I would like to convert murine ensembl gene ids to human ensemble gene ids using biomaRt.
library(biomaRt)
mart1 <- useMart("ensembl", dataset = "mmusculus_gene_ensembl")
mart2 <- useMart("ensembl", dataset = "hsapiens_gene_ensembl")
genes.ensembl.biomart <- getLDS(attributes = c("ensembl_gene_id"), filters = "ensembl_gene_id", values = genes.ensembl.murine, mart = mart1, attributesL = c("ensembl_gene_id"), martL = mart2)
To keep the order I used match.
genes.ensembl <- data.frame (murine_ensembl = genes.ensembl.murine)
genes.ensembl$human_ensembl <- genes.ensembl.biomart[match(genes.ensembl[,1], genes.ensembl.biomart[,1]),2]
genes.ensembl.murine is a vector of length 14040.
head(genes.ensembl.murine, 20)
[1] ENSMUSG00000025902 ENSMUSG00000033845 ENSMUSG00000025903 ENSMUSG00000033813
[5] ENSMUSG00000033793 ENSMUSG00000025907 ENSMUSG00000051285 ENSMUSG00000061024
[9] ENSMUSG00000025911 ENSMUSG00000045210 ENSMUSG00000025915 ENSMUSG00000098234
[13] ENSMUSG00000025917 ENSMUSG00000056763 ENSMUSG00000067851 ENSMUSG00000048960
[17] ENSMUSG00000016918 ENSMUSG00000005886 ENSMUSG00000025935 ENSMUSG00000025937
The resulting data frame has 1396 missing values.
head(genes.ensembl[whichis.na(genes.ensembl[2])),], 10)
murine_ensembl human_ensembl
12 ENSMUSG00000098234 <NA>
24 ENSMUSG00000043716 <NA>
43 ENSMUSG00000026064 <NA>
82 ENSMUSG00000073702 <NA>
85 ENSMUSG00000091937 <NA>
133 ENSMUSG00000025980 <NA>
134 ENSMUSG00000073676 <NA>
137 ENSMUSG00000097649 <NA>
146 ENSMUSG00000026035 <NA>
156 ENSMUSG00000097573 <NA>
Ensembl says ENSMUSG00000098234 is Snhg6 (http://www.ensembl.org/Musmusculus/Gene/Summary?g=ENSMUSG00000098234;r=1:9941959-9944118) , and the human orthologue is ENSG00000245910 (http://www.ensembl.org/Homosapiens/Gene/Summary?g=ENSG00000245910;r=8:66921684-66926398). However, using biomart on ensembl.org also doesn't find the human orthologue for ENSMUSG00000098234 .

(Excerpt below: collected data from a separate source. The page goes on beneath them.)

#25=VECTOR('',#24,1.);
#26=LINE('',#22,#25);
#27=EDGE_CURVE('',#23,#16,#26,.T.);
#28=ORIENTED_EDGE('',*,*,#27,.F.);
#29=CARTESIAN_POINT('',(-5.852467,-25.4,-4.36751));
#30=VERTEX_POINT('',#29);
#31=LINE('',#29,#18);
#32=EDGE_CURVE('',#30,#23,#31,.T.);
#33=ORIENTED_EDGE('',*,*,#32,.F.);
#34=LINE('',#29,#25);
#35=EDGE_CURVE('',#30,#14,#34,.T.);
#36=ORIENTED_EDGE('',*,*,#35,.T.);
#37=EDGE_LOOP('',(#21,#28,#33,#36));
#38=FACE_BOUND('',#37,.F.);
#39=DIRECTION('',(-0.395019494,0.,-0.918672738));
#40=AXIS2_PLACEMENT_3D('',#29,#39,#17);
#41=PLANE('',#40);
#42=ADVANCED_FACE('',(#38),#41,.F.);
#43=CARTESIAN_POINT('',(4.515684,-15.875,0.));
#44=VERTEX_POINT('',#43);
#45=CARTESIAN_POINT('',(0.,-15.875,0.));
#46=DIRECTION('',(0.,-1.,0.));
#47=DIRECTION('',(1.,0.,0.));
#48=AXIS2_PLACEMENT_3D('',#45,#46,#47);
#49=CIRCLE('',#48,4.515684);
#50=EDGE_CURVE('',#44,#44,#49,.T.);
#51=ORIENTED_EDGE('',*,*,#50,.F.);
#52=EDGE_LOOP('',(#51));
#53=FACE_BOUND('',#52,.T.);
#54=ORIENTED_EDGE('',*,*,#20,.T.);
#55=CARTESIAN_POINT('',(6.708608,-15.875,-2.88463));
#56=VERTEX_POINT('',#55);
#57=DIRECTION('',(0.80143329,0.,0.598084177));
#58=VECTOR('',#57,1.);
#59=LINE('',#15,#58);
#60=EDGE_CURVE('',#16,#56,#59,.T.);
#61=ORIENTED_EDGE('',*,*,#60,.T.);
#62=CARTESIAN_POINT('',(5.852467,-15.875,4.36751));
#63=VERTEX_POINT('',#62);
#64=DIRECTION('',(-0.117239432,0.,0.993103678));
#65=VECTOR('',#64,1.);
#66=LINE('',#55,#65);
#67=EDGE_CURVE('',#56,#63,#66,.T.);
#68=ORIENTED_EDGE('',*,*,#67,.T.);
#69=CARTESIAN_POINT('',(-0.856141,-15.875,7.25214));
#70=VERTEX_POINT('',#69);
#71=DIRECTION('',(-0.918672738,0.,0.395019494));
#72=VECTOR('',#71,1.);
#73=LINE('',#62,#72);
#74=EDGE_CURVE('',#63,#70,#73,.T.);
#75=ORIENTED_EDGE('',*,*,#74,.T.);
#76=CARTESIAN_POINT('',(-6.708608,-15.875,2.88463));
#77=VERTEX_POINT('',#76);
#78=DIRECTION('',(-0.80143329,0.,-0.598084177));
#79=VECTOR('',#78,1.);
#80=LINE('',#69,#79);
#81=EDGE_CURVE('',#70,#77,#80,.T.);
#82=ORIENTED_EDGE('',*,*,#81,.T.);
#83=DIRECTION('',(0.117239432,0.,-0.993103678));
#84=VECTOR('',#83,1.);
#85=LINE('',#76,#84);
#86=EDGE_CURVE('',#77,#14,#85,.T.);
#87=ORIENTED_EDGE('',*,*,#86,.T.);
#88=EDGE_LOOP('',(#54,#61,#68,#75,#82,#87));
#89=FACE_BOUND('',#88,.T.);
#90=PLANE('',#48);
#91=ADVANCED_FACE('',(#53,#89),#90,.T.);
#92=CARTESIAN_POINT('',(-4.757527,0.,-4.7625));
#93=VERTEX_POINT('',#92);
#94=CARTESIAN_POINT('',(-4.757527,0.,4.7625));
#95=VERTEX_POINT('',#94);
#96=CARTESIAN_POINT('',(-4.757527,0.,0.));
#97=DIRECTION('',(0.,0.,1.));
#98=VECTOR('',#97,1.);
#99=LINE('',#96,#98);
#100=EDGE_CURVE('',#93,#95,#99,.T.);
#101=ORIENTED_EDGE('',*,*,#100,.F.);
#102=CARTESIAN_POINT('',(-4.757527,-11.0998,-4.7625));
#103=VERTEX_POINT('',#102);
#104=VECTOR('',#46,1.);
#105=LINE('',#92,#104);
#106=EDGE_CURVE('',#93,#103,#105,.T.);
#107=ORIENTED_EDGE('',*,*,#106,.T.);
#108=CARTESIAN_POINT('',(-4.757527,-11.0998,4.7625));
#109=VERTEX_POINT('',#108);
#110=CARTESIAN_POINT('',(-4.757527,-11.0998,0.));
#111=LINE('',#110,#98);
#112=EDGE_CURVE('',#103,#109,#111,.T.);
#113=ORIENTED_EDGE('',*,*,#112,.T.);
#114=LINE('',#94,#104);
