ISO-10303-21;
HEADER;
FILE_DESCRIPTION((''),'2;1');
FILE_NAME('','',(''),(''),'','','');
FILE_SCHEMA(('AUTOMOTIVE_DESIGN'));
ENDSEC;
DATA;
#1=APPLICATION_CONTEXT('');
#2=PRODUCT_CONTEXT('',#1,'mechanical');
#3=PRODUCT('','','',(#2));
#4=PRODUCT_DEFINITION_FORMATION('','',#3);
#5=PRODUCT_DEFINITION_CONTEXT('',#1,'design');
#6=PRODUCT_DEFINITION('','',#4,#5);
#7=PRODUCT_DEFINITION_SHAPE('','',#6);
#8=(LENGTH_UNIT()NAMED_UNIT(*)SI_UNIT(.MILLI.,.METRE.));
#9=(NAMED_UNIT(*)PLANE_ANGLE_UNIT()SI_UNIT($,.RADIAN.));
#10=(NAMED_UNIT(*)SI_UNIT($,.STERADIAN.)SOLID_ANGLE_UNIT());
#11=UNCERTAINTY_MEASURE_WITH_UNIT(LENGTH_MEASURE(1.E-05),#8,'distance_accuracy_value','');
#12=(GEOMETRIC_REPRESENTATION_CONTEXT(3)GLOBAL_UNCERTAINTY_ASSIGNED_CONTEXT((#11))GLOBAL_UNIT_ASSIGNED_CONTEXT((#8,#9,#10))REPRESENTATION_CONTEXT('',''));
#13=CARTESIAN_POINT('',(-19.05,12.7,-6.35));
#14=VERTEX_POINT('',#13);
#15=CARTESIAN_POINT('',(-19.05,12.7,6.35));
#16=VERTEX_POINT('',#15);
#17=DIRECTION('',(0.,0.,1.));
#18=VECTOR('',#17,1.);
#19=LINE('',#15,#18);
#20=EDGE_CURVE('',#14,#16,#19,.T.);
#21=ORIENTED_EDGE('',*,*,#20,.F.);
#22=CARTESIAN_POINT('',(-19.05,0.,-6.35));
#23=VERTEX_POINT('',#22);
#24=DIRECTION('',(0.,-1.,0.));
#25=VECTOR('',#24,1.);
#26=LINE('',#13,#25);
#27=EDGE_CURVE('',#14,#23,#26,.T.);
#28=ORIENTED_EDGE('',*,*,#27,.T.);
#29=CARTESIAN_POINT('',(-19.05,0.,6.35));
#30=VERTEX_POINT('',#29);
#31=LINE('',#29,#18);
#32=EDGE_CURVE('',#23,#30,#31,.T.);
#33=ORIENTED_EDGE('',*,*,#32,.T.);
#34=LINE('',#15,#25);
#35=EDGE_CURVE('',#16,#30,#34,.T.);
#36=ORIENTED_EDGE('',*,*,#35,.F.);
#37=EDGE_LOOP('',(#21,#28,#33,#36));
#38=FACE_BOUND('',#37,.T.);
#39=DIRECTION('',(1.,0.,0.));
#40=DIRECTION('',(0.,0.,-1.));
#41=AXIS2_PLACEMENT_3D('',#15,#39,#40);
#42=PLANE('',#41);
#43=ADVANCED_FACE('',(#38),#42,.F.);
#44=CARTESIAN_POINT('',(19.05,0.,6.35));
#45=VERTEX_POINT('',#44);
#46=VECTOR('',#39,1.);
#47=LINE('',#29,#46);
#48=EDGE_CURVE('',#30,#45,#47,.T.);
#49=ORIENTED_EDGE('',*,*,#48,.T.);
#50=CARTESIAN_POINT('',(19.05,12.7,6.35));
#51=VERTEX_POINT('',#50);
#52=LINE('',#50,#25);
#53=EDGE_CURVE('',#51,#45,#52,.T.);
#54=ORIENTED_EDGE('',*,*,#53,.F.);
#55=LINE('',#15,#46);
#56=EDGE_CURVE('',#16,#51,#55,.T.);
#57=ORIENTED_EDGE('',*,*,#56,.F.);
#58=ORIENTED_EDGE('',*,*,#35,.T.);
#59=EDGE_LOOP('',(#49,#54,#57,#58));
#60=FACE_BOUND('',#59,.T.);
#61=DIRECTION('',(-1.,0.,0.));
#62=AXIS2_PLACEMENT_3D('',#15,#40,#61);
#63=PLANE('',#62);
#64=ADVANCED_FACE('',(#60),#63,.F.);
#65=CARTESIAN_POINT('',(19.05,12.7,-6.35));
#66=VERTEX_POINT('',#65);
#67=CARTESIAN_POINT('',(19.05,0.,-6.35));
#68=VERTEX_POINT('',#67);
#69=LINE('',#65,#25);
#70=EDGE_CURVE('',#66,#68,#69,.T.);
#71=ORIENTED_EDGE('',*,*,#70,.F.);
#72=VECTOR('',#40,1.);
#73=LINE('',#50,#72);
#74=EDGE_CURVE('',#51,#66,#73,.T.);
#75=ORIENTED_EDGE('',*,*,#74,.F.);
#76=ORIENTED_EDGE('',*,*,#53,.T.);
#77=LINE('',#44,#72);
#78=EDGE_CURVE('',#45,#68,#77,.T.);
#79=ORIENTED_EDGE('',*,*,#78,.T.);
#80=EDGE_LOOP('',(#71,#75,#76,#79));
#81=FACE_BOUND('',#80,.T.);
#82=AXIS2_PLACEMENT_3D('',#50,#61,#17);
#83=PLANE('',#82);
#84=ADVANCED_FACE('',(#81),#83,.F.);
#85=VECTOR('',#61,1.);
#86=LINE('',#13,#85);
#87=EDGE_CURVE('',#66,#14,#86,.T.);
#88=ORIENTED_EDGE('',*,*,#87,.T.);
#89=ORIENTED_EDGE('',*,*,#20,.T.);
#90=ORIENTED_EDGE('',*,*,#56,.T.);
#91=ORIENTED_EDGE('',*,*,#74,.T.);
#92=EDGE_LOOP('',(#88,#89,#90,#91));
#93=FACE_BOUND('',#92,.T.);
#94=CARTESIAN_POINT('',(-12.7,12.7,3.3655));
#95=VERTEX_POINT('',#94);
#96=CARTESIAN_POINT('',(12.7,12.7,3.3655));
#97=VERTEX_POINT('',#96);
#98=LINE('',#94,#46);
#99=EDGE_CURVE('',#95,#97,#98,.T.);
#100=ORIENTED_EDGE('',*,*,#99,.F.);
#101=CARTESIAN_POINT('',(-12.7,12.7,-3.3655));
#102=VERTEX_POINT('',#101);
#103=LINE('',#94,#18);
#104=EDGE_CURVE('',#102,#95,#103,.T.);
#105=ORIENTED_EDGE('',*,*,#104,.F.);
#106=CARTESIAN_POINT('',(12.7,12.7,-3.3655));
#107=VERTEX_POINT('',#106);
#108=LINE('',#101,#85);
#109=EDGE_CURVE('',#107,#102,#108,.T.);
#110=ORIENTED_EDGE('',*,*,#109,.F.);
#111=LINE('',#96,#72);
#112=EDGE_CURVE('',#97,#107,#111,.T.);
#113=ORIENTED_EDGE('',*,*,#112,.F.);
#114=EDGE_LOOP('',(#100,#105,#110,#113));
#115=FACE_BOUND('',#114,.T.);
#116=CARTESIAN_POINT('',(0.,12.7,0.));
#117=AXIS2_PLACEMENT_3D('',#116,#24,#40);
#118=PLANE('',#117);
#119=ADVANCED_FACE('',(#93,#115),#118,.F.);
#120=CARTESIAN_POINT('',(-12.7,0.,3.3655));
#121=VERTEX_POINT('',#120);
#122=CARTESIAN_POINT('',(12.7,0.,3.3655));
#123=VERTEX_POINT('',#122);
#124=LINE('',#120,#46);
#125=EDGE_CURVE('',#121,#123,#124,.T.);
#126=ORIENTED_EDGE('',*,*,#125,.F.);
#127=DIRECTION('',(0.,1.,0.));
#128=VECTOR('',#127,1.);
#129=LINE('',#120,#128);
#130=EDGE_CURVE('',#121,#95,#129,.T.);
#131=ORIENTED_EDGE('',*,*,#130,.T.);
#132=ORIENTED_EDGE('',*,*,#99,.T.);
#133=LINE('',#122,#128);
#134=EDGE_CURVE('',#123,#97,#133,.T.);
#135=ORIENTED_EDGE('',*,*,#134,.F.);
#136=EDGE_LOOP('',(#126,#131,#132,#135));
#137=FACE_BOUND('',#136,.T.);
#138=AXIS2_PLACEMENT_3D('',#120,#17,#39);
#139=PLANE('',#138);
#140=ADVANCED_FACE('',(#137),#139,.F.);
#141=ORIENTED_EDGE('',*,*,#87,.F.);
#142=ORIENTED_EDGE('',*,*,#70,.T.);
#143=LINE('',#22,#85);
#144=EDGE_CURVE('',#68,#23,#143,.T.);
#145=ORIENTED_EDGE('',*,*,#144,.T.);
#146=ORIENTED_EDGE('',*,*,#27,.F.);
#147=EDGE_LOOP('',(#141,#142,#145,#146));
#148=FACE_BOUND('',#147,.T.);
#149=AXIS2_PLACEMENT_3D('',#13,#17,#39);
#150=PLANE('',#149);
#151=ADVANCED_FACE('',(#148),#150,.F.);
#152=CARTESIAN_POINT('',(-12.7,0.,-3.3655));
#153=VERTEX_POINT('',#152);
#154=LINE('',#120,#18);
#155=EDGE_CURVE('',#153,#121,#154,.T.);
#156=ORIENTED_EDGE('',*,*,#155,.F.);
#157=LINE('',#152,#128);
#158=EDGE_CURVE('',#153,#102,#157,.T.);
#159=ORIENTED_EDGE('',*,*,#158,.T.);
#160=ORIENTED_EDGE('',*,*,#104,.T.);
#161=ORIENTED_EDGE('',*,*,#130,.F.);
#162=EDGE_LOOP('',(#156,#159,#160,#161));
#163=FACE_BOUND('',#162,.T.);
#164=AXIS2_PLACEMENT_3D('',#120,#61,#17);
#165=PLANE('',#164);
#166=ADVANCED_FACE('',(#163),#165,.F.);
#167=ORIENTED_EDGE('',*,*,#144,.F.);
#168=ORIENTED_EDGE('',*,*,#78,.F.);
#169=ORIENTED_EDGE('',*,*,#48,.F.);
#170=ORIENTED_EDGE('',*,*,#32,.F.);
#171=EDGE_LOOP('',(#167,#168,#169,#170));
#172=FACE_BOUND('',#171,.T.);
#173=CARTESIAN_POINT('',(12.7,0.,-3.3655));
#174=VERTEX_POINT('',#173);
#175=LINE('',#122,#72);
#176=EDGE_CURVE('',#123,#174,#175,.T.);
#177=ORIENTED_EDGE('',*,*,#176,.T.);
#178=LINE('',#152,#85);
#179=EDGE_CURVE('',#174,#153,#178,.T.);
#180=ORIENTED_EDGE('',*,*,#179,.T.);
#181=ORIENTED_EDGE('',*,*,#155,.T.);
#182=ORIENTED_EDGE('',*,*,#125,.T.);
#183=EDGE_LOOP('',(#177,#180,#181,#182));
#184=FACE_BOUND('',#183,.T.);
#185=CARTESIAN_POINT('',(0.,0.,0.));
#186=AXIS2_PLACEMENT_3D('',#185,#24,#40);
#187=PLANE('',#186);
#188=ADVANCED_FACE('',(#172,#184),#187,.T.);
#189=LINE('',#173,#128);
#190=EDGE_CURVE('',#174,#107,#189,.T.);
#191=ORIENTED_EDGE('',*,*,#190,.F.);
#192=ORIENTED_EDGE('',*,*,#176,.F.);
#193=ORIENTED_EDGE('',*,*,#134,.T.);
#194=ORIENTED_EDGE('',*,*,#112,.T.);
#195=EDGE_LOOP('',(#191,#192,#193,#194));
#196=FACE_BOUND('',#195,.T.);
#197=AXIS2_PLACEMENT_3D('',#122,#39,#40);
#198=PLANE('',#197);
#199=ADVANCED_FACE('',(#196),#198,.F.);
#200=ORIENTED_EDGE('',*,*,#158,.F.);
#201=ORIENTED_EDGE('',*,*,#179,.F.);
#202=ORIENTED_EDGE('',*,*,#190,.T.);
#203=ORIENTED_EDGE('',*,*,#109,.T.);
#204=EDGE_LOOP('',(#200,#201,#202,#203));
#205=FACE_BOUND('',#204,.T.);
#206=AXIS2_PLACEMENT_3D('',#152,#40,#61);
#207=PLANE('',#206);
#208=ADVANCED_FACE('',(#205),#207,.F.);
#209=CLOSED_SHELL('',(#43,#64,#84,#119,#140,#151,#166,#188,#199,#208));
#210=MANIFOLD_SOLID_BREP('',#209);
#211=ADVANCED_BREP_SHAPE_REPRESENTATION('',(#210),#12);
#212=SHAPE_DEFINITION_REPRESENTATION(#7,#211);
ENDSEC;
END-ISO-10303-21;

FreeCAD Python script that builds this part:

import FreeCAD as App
import Part
import Sketcher
from FreeCAD import Vector
Q = App.Units.Quantity


def add_polygon(sketch, points):
    """Adds a closed chain of lines whose ends are joined by coincident constraints."""
    first, n = sketch.GeometryCount, len(points)
    for a, b in zip(points, points[1:] + points[:1]):
        sketch.addGeometry(Part.LineSegment(App.Vector(*a, 0), App.Vector(*b, 0)), False)
    for i in range(n):
        sketch.addConstraint(Sketcher.Constraint("Coincident", first + i, 2, first + (i + 1) % n, 1))

doc = App.newDocument("Part")
body = doc.addObject("PartDesign::Body", "Body")

sketch1 = body.newObject("Sketcher::SketchObject", "Sketch")
sketch1.AttachmentSupport = (doc.getObject("XZ_Plane"), [""])
sketch1.MapMode = "FlatFace"
add_polygon(sketch1, [(-19, -6), (-19, 6), (19, 6), (19, -6)])
sketch1.addConstraint([
    Sketcher.Constraint("Vertical", 0),
    Sketcher.Constraint("Horizontal", 1),
    Sketcher.Constraint("Vertical", 2),
    Sketcher.Constraint("Horizontal", 3),
    Sketcher.Constraint("Symmetric", 0, 2, 2, 2, -1, 1),
    Sketcher.Constraint("DistanceX", 1, 1, 1, 2, Q("1.5 in")),
    Sketcher.Constraint("DistanceY", 0, 1, 0, 2, Q("0.5 in")),
])
pad1 = body.newObject("PartDesign::Pad", "Pad")
pad1.Profile = sketch1
pad1.Length = Q("0.5 in")
pad1.Reversed = True

sketch2 = body.newObject("Sketcher::SketchObject", "Sketch001")
sketch2.AttachmentSupport = (doc.getObject("XZ_Plane"), [""])
sketch2.MapMode = "FlatFace"
sketch2.AttachmentOffset = App.Placement(Vector(0, 0, -0.5 * 25.4), App.Rotation())
add_polygon(sketch2, [(-13, -3), (-13, 3), (13, 3), (13, -3)])
sketch2.addConstraint([
    Sketcher.Constraint("Vertical", 0),
    Sketcher.Constraint("Horizontal", 1),
    Sketcher.Constraint("Vertical", 2),
    Sketcher.Constraint("Horizontal", 3),
    Sketcher.Constraint("Symmetric", 0, 2, 2, 2, -1, 1),
    Sketcher.Constraint("DistanceX", 1, 1, 1, 2, Q("1 in")),
    Sketcher.Constraint("DistanceY", 0, 1, 0, 2, Q("0.265 in")),
])
pocket1 = body.newObject("PartDesign::Pocket", "Pocket")
pocket1.Profile = sketch2
pocket1.Length = Q("0.5 in")
pocket1.Reversed = True

doc.recompute()
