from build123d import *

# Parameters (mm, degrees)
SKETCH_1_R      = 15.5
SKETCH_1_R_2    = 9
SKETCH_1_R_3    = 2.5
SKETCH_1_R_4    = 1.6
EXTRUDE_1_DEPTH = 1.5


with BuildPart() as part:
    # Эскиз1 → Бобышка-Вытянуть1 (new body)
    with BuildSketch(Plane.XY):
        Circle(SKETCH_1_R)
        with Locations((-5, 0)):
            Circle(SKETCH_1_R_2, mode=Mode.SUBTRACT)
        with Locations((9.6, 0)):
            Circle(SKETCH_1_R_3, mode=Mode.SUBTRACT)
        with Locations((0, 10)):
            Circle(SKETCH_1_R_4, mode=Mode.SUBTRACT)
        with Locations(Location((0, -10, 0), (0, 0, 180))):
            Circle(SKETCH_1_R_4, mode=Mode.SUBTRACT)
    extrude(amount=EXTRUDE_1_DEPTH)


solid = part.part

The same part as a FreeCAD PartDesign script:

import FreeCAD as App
import Part
import Sketcher

V = App.Vector

doc = App.newDocument("Part")
params = doc.addObject("Spreadsheet::Sheet", "Params")
for row, (alias, value) in enumerate([
    ("sketch1_diameter", "31 mm"),
    ("sketch1_diameter2", "5 mm"),
    ("sketch1_diameter3", "18 mm"),
    ("sketch1_diameter4", "3.2 mm"),
    ("pad1_length", "1.5 mm"),
], start=1):
    params.set(f"A{row}", alias)
    params.set(f"B{row}", "=" + value)
    params.setAlias(f"B{row}", alias)

body = doc.addObject("PartDesign::Body", "Body")

# Sketch on XY plane
sketch1 = body.newObject("Sketcher::SketchObject", "Sketch")
sketch1.AttachmentSupport = (doc.getObject("XY_Plane"), [""])
sketch1.MapMode = "FlatFace"
sketch1.addGeometry(Part.Circle(V(0, 0, 0), V(0, 0, 1), 15.5), False)
sketch1.addGeometry(Part.Circle(V(0, -10, 0), V(0, 0, 1), 1.6), False)
sketch1.addGeometry(Part.Circle(V(9.6, 0, 0), V(0, 0, 1), 2.5), False)
sketch1.addGeometry(Part.Circle(V(-5, 0, 0), V(0, 0, 1), 9), False)
sketch1.addGeometry(Part.Circle(V(0, 10, 0), V(0, 0, 1), 1.6), False)
sketch1.addConstraint(Sketcher.Constraint("Coincident", 0, 3, -1, 1))
sketch1.addConstraint(Sketcher.Constraint("Equal", 1, 4))
sketch1.addConstraint(Sketcher.Constraint("Symmetric", 1, 3, 4, 3, -1, 1))
sketch1.addConstraint(Sketcher.Constraint("PointOnObject", 1, 3, -2))
sketch1.addConstraint(Sketcher.Constraint("PointOnObject", 2, 3, -1))
sketch1.addConstraint(Sketcher.Constraint("PointOnObject", 3, 3, -1))
sketch1.addConstraint(Sketcher.Constraint("Diameter", 0, 31.0))
sketch1.addConstraint(Sketcher.Constraint("Diameter", 2, 5.0))
sketch1.addConstraint(Sketcher.Constraint("Diameter", 3, 18.0))
sketch1.addConstraint(Sketcher.Constraint("Diameter", 1, 3.2))
sketch1.addConstraint(Sketcher.Constraint("DistanceY", 1, 3, -1, 1, 10.0))
sketch1.addConstraint(Sketcher.Constraint("DistanceX", 3, 3, -1, 1, 5.0))
sketch1.addConstraint(Sketcher.Constraint("DistanceX", -1, 1, 2, 3, 9.6))
sketch1.setExpression("Constraints[6]", "Params.sketch1_diameter")
sketch1.setExpression("Constraints[7]", "Params.sketch1_diameter2")
sketch1.setExpression("Constraints[8]", "Params.sketch1_diameter3")
sketch1.setExpression("Constraints[9]", "Params.sketch1_diameter4")
pad1 = body.newObject("PartDesign::Pad", "Pad")
pad1.Profile = sketch1
pad1.setExpression("Length", "Params.pad1_length")

doc.recompute()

Can anybody help me to convert the missing 1396 genes? Is it a problem with biomaRt or with ensembl.org?
Thank you very much. Mischko
Thanks James, that makes senses. So it s rather a biological than a technical issue. So how do you proceed if EMBL do not find orthologue genes ids. Is there any other more comprehensive database or do you just accept the 10% drop outs?
I don't know - that is a question that you will have to answer yourself. I don't know why EBI doesn't think those are orthologs, so without knowing that, how could I say that they 'do not find orthologue gene ids'? Maybe they do find them all, and there is a reason to think that those 1400 genes have no human orthologs. Or maybe they are not doing a good job and somebody else has better data.
But answering those questions requires a much deeper knowledge of the algorithm that EBI uses to define orthologs, and I have at best a superficial knowledge, so would be loath to say that what EBI is doing is not correct.